Just playing around with the Macro function on my new Fuji S1500 and thought I would add this image of my Poe F5.

----------


## abuteague

There. Art.  :Smile:

----------


## randygwatkins

Stanley #5 with a sterling silver pick (Christmas gift from friends)  :Smile:

----------


## Merritt

> Posted this about 2 months ago or so. Still love it....


Hey Dave - That is one of my favorite mandolin photos ever.  Is that your red mandolin in the shot?

----------


## Dave Gumbart

Merritt - glad you like the photo.  I took a number of photos that day with my mando (made by Andrew Mowry), and that one stood out to me.  The mando's color was inspired by another customer of Andrew's, who sent him a chestnut as an example of what he was looking for.  That mando was posted by Andrew on the "mandolins in progress" thread when it was completed a number of years ago, and I thought it was stunning.  So, a similar version made it my way not too long after that.   Cheers.

----------


## rf37

Relaxin at home

----------


## Steve Cantrell

I just had two photos I made printed for my living room. One is my Poe F-5 and the other is my wife's Martin. We had a good time playing around with getting the pictures, so it was worth the time.

----------


## Pat Healey

This picture was one that my 14 year-old daughter took for a 4-H project.

----------


## JEStanek

> This picture was one that my 14 year-old daughter took for a 4-H project.


Nice shot.

Jamie

----------


## SHORTY

Cooper you gave me a good laugh. Thanks

----------


## ShannonSunshine

Here's mine...  :Smile:

----------


## Chaconnne

Here is a painting I recently finished of my Eastman mandolin.

----------


## JEStanek

Gabriel, Cool painting and welcome to the Café.

Jamie

----------


## Perry Babasin

OK, people are posting to this thread again, and I have an artsy picture of my mandolin... Here she is posing next to my Dad's legendary German Flatback Bass...

----------

Pushka

----------


## buckles

Side view

----------


## catmandu2

Yours truly posing with George Nasca mandola and "Keith."  :Cool:

----------


## Michael Wolf

Here´s some posing, too. Very artsy, isn´t it?

----------


## hank

Artist series.

----------


## hank

Instruments & Festival.

----------


## hank

Torch&Wire and the Circle.

----------


## hank

One more.  #1 & #2 of 255 are photos of my mandolin.  All photos were artsiefied with Corel photo-paint 8.

----------


## wwwilkie



----------


## Bertram Henze

> Here´s some posing, too. Very artsy, isn´t it?

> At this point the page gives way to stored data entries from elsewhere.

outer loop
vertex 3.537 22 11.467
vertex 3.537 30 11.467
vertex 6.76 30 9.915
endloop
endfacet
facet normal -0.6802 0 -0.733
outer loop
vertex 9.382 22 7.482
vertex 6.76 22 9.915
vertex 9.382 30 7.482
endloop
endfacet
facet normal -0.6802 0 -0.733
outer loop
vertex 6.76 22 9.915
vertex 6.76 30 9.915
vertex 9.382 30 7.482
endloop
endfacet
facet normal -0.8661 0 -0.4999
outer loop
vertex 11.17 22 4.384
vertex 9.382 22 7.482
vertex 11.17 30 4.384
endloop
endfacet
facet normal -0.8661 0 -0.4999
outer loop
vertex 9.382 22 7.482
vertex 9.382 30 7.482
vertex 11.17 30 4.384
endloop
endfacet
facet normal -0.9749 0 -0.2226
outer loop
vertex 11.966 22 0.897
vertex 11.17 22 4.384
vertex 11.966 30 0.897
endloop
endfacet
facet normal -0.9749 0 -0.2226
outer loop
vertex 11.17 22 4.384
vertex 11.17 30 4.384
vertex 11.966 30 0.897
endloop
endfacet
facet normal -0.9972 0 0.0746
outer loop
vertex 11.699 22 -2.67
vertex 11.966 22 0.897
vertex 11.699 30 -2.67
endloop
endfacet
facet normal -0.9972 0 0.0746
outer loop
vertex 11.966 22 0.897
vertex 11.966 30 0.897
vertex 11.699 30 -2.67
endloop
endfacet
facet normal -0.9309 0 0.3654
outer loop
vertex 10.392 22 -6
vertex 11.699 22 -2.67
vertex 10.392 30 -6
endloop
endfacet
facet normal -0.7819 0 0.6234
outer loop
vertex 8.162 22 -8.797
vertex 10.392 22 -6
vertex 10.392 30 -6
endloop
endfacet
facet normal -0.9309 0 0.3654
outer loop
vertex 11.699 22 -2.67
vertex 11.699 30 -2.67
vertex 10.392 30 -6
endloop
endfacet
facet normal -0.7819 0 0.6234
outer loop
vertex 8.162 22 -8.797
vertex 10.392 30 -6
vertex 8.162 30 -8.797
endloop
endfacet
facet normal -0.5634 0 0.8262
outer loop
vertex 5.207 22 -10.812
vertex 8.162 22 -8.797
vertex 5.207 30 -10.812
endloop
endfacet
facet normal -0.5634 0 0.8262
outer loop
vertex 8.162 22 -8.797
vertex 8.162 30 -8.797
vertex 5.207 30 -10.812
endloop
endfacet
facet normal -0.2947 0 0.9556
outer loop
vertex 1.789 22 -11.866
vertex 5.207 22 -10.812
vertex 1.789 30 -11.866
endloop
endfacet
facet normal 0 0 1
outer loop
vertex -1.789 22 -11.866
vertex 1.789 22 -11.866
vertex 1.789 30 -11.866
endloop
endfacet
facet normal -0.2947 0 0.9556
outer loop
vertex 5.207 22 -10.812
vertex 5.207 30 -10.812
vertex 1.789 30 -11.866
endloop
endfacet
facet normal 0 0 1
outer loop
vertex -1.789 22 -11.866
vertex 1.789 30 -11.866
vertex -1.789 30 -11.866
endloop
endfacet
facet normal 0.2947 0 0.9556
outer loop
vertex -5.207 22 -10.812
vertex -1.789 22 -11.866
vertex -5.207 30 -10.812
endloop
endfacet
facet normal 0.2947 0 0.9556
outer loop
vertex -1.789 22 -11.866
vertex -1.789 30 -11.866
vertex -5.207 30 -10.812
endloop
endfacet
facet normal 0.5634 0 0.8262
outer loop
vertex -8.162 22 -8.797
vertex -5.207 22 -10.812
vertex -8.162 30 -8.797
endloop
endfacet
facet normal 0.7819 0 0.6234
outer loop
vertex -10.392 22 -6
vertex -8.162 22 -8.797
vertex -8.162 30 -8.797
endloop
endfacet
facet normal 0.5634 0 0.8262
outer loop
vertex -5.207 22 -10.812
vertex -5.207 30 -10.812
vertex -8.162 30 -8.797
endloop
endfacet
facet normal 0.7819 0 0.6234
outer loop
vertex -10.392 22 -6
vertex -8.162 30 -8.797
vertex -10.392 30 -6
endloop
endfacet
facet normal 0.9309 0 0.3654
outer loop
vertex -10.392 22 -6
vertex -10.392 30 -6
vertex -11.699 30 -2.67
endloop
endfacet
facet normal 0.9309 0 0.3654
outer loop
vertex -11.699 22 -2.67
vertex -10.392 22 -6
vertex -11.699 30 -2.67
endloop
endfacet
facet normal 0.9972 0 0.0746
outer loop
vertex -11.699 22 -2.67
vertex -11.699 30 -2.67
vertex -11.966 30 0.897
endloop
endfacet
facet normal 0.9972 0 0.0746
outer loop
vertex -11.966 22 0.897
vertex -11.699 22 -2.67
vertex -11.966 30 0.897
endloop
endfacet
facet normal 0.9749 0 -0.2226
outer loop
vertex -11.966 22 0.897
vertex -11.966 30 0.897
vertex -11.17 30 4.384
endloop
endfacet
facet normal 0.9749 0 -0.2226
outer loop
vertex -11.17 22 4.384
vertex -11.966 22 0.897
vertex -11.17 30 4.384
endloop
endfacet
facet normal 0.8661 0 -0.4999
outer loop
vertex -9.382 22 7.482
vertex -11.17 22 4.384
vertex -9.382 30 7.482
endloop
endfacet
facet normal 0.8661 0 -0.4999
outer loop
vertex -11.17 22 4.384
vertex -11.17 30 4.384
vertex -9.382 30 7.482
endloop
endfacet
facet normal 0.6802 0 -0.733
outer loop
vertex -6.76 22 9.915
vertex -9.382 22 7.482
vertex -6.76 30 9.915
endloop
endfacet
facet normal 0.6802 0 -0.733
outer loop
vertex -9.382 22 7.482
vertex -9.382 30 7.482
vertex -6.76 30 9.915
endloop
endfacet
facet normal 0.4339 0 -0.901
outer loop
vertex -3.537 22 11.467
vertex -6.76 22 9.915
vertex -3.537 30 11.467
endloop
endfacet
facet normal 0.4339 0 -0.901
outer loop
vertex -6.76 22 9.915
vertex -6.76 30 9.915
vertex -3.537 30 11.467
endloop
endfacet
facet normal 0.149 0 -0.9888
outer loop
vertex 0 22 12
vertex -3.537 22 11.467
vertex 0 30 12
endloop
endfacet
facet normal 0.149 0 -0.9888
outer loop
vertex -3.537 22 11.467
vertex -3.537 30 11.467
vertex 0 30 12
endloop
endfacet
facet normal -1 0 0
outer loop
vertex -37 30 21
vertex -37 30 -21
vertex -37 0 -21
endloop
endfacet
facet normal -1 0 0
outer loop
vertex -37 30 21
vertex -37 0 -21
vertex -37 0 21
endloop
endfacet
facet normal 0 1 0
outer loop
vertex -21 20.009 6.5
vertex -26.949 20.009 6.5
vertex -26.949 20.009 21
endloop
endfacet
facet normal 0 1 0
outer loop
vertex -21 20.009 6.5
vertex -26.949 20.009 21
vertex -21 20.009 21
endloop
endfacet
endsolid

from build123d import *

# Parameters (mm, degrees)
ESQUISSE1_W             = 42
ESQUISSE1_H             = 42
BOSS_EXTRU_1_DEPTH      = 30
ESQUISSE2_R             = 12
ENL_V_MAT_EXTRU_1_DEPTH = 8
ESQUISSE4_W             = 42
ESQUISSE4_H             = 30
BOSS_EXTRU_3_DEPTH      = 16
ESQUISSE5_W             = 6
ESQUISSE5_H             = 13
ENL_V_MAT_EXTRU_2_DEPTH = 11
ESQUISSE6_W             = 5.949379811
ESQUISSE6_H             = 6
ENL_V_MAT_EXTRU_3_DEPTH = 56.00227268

Looks like they returned from a session at Tir na n'Og too late...  :Laughing:

----------


## LateBloomer

A few new shots of my Unicorns, #14 and #105

----------


## jartop

This is my F5 Krishot #72/1992

----------


## Randi Gormley

Was hoping to get some closeups of the detail around the soundhole of my bandolim. Let's see if this works:

----------


## JEStanek

Nice shot, Randi.

----------


## Markus

He's my pretty average contribution to this cool thread.  



Then again, I've had this mandolin all of ten days.  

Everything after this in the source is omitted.